A Moving Blog

Occasional celluloid musings from BarryG

Sunday 28 November 2010

Matador, The

Documentaries are usually vanity projects: funding difficulties necessitate their being movie-makers' financially unrewarding labours of love or sponsored productions. So it's natural to assume that a Spanish bullfighter's management company funded The Matador, covering three years in the life of an ambitious young man.


In 2003, Granada-born David Fandila (El Fandi), a top-rated 21-year-old set out to be a top ranker. His voice-over interview comments note that most matadors only have six or seven years at their peak and that's when millions can be earned. Fandila's target was appearances at 100 corridas in Spain or South America in one year, a feat only achieved by a dozen other matadors during the ritual sport's recorded history.

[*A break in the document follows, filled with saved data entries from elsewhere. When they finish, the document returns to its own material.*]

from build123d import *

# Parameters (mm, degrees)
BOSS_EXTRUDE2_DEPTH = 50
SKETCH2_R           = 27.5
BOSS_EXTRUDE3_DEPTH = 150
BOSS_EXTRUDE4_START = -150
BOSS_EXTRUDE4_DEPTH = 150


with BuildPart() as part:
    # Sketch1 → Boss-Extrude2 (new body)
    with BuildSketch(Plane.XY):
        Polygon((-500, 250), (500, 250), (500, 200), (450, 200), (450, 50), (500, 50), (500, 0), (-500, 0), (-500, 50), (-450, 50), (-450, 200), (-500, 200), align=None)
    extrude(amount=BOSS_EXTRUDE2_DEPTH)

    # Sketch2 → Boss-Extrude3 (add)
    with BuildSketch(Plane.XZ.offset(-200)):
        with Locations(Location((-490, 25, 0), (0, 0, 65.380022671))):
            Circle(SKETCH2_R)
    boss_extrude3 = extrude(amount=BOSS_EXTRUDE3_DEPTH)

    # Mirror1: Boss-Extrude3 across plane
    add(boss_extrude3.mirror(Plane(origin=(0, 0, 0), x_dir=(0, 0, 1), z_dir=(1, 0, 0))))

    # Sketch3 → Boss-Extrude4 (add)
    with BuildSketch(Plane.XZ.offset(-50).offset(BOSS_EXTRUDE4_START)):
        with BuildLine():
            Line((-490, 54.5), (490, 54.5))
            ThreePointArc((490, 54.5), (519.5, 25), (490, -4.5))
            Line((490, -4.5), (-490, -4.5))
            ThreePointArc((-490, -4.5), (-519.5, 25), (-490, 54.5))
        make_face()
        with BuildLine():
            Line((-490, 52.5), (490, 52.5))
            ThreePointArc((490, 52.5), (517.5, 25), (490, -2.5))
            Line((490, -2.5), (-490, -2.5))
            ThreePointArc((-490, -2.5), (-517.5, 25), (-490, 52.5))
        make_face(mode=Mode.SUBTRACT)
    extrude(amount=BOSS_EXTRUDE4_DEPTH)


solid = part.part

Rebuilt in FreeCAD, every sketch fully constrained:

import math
import FreeCAD as App
import Part
import Sketcher
from FreeCAD import Vector
Q = App.Units.Quantity

doc = App.newDocument("Part")
body = doc.addObject("PartDesign::Body", "Body")

# Sketch on XY plane
sketch1 = doc.addObject("Sketcher::SketchObject", "Sketch")
body.addObject(sketch1)
sketch1.AttachmentSupport = (doc.XY_Plane, [""])
sketch1.MapMode = "FlatFace"
sketch1.addGeometry([
    Part.LineSegment(Vector(500, 250, 0), Vector(-500, 250, 0)),  # 0
    Part.LineSegment(Vector(-500, 250, 0), Vector(-500, 200, 0)),  # 1
    Part.LineSegment(Vector(-500, 200, 0), Vector(-450, 200, 0)),  # 2
    Part.LineSegment(Vector(-450, 200, 0), Vector(-450, 50, 0)),  # 3
    Part.LineSegment(Vector(-450, 50, 0), Vector(-500, 50, 0)),  # 4
    Part.LineSegment(Vector(-500, 50, 0), Vector(-500, 0, 0)),  # 5
    Part.LineSegment(Vector(-500, 0, 0), Vector(500, 0, 0)),  # 6
    Part.LineSegment(Vector(500, 0, 0), Vector(500, 50, 0)),  # 7
    Part.LineSegment(Vector(500, 50, 0), Vector(450, 50, 0)),  # 8
    Part.LineSegment(Vector(450, 50, 0), Vector(450, 200, 0)),  # 9
    Part.LineSegment(Vector(450, 200, 0), Vector(500, 200, 0)),  # 10
    Part.LineSegment(Vector(500, 200, 0), Vector(500, 250, 0)),  # 11
], False)
sketch1.addConstraint([
    Sketcher.Constraint("Coincident", 0, 2, 1, 1),
    Sketcher.Constraint("Coincident", 1, 2, 2, 1),
    Sketcher.Constraint("Coincident", 2, 2, 3, 1),
    Sketcher.Constraint("Coincident", 3, 2, 4, 1),
    Sketcher.Constraint("Coincident", 4, 2, 5, 1),
    Sketcher.Constraint("Coincident", 5, 2, 6, 1),
    Sketcher.Constraint("Coincident", 6, 2, 7, 1),
    Sketcher.Constraint("Coincident", 7, 2, 8, 1),
    Sketcher.Constraint("Coincident", 8, 2, 9, 1),
    Sketcher.Constraint("Coincident", 9, 2, 10, 1),
    Sketcher.Constraint("Coincident", 10, 2, 11, 1),
    Sketcher.Constraint("Coincident", 11, 2, 0, 1),
    Sketcher.Constraint("Horizontal", 0),
    Sketcher.Constraint("Vertical", 1),
    Sketcher.Constraint("Horizontal", 2),
    Sketcher.Constraint("Vertical", 3),
    Sketcher.Constraint("Horizontal", 4),
    Sketcher.Constraint("Vertical", 5),
    Sketcher.Constraint("Horizontal", 6),
    Sketcher.Constraint("Vertical", 7),
    Sketcher.Constraint("Horizontal", 8),
    Sketcher.Constraint("Vertical", 9),
    Sketcher.Constraint("Horizontal", 10),
    Sketcher.Constraint("Vertical", 11),
    Sketcher.Constraint("Symmetric", 5, 2, 6, 2, -1, 1),
    Sketcher.Constraint("Symmetric", 3, 2, 8, 2, -2),
    Sketcher.Constraint("Symmetric", 1, 2, 10, 2, -2),
    Sketcher.Constraint("Vertical", 1, 2, 4, 2),
    Sketcher.Constraint("Equal", 10, 1),
    Sketcher.Constraint("Equal", 1, 5),
    Sketcher.Constraint("DistanceX", 0, 2, 0, 1, Q("1000 mm")),
    Sketcher.Constraint("DistanceX", 2, 1, 2, 2, Q("50 mm")),
    Sketcher.Constraint("DistanceY", 3, 2, 3, 1, Q("150 mm")),
])
pad1 = doc.addObject("PartDesign::Pad", "Pad")
body.addObject(pad1)
pad1.Profile = sketch1
pad1.Length = 50

# Sketch on XZ plane
sketch2 = doc.addObject("Sketcher::SketchObject", "Sketch001")
body.addObject(sketch2)
sketch2.AttachmentSupport = (doc.XZ_Plane, [""])
sketch2.MapMode = "FlatFace"
sketch2.AttachmentOffset = App.Placement(Vector(0, 0, -200), App.Rotation())
sketch2.addGeometry(Part.Circle(Vector(-490, 25, 0), Vector(0, 0, 1), 28), False)
sketch2.addConstraint([
    Sketcher.Constraint("Diameter", 0, Q("55 mm")),
    Sketcher.Constraint("DistanceX", 0, 3, -1, 1, Q("490 mm")),
    Sketcher.Constraint("DistanceY", -1, 1, 0, 3, Q("25 mm")),
])
pad2 = doc.addObject("PartDesign::Pad", "Pad001")
body.addObject(pad2)
pad2.Profile = sketch2
pad2.Length = 150
doc.recompute()

mirrored = doc.addObject("PartDesign::Mirrored", "Mirrored")
body.addObject(mirrored)
mirrored.Originals = [pad2]
mirrored.MirrorPlane = (doc.YZ_Plane, [""])
body.Tip = mirrored

# Sketch on XZ plane
sketch3 = doc.addObject("Sketcher::SketchObject", "Sketch002")
body.addObject(sketch3)
sketch3.AttachmentSupport = (doc.XZ_Plane, [""])
sketch3.MapMode = "FlatFace"
sketch3.AttachmentOffset = App.Placement(Vector(0, 0, -200), App.Rotation())
sketch3.addGeometry([
    Part.LineSegment(Vector(490, 54, 0), Vector(-490, 54, 0)),  # 0
    Part.ArcOfCircle(Part.Circle(Vector(-490, 25, 0), Vector(0, 0, 1), 30), math.radians(90), math.radians(270)),  # 1
    Part.LineSegment(Vector(-490, -4, 0), Vector(490, -4, 0)),  # 2
    Part.ArcOfCircle(Part.Circle(Vector(490, 25, 0), Vector(0, 0, 1), 30), math.radians(-90), math.radians(90)),  # 3
    Part.LineSegment(Vector(-490, 52, 0), Vector(490, 52, 0)),  # 4
    Part.ArcOfCircle(Part.Circle(Vector(490, 25, 0), Vector(0, 0, 1), 28), math.radians(-90), math.radians(90)),  # 5
    Part.LineSegment(Vector(490, -2, 0), Vector(-490, -2, 0)),  # 6
    Part.ArcOfCircle(Part.Circle(Vector(-490, 25, 0), Vector(0, 0, 1), 28), math.radians(90), math.radians(270)),  # 7
], False)
sketch3.addConstraint([
    Sketcher.Constraint("Tangent", 0, 2, 1, 1),
    Sketcher.Constraint("Tangent", 1, 2, 2, 1),
    Sketcher.Constraint("Tangent", 2, 2, 3, 1),
    Sketcher.Constraint("Tangent", 3, 2, 0, 1),
    Sketcher.Constraint("Tangent", 4, 2, 5, 2),
    Sketcher.Constraint("Tangent", 5, 1, 6, 1),
    Sketcher.Constraint("Tangent", 6, 2, 7, 2),
    Sketcher.Constraint("Tangent", 7, 1, 4, 1),
    Sketcher.Constraint("Horizontal", 0),
    Sketcher.Constraint("Horizontal", 2),
    Sketcher.Constraint("Horizontal", 4),
    Sketcher.Constraint("Horizontal", 6),
    Sketcher.Constraint("Coincident", 5, 3, 3, 3),
    Sketcher.Constraint("Vertical", 7, 3, 0, 2),
    Sketcher.Constraint("Radius", 1, Q("29.5 mm")),
    Sketcher.Constraint("Radius", 5, Q("27.5 mm")),
    Sketcher.Constraint("DistanceX", 0, 2, 0, 1, Q("980 mm")),
    Sketcher.Constraint("DistanceX", 1, 3, -1, 1, Q("490 mm")),
    Sketcher.Constraint("DistanceY", -1, 1, 1, 3, Q("25 mm")),
])
pad3 = doc.addObject("PartDesign::Pad", "Pad002")
body.addObject(pad3)
pad3.Profile = sketch3
pad3.Length = 150

doc.recompute()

One of them, with whom Fandila often co-starred, was Enrique Ponce, a box-office champion who broke the 100-plus record ten times running. A non-aficiando can sense, from the brief extracts shown, that the older Ponce had a calm, classical style of choreography and posing in the ring. Fandila's youth only partly explains his faster, flashier temperament.

Outside the ring, however, he's portrayed as a quietly determined professional, wanting to achieve the glory that had eluded his corrida-crazy family for four generations. Fandila had aped matador moves at the age of four; a family video shows him as an eight-year-old going through the motions with a calf. He and his more reserved brother were well schooled in competitiveness, becoming members of the national ski team. The brother became his personal assistant when Fandila junior switched to bullfighting.

First-time director Stephen Higgins needed to collate material from various sources (family archives, film of El Fandi's early corridas and visit to Lima, B&W media prints, and interviews with the family, managers, bullfighting commentators and a girlfriend who appears only once for an al fresco family meal). Wisely, the production including comments from, and footage of, Spanish anti-bullfighting campaigners (and also sensibly employed a veteran documentary maker, Nina Gilden Seavey, to co-direct it).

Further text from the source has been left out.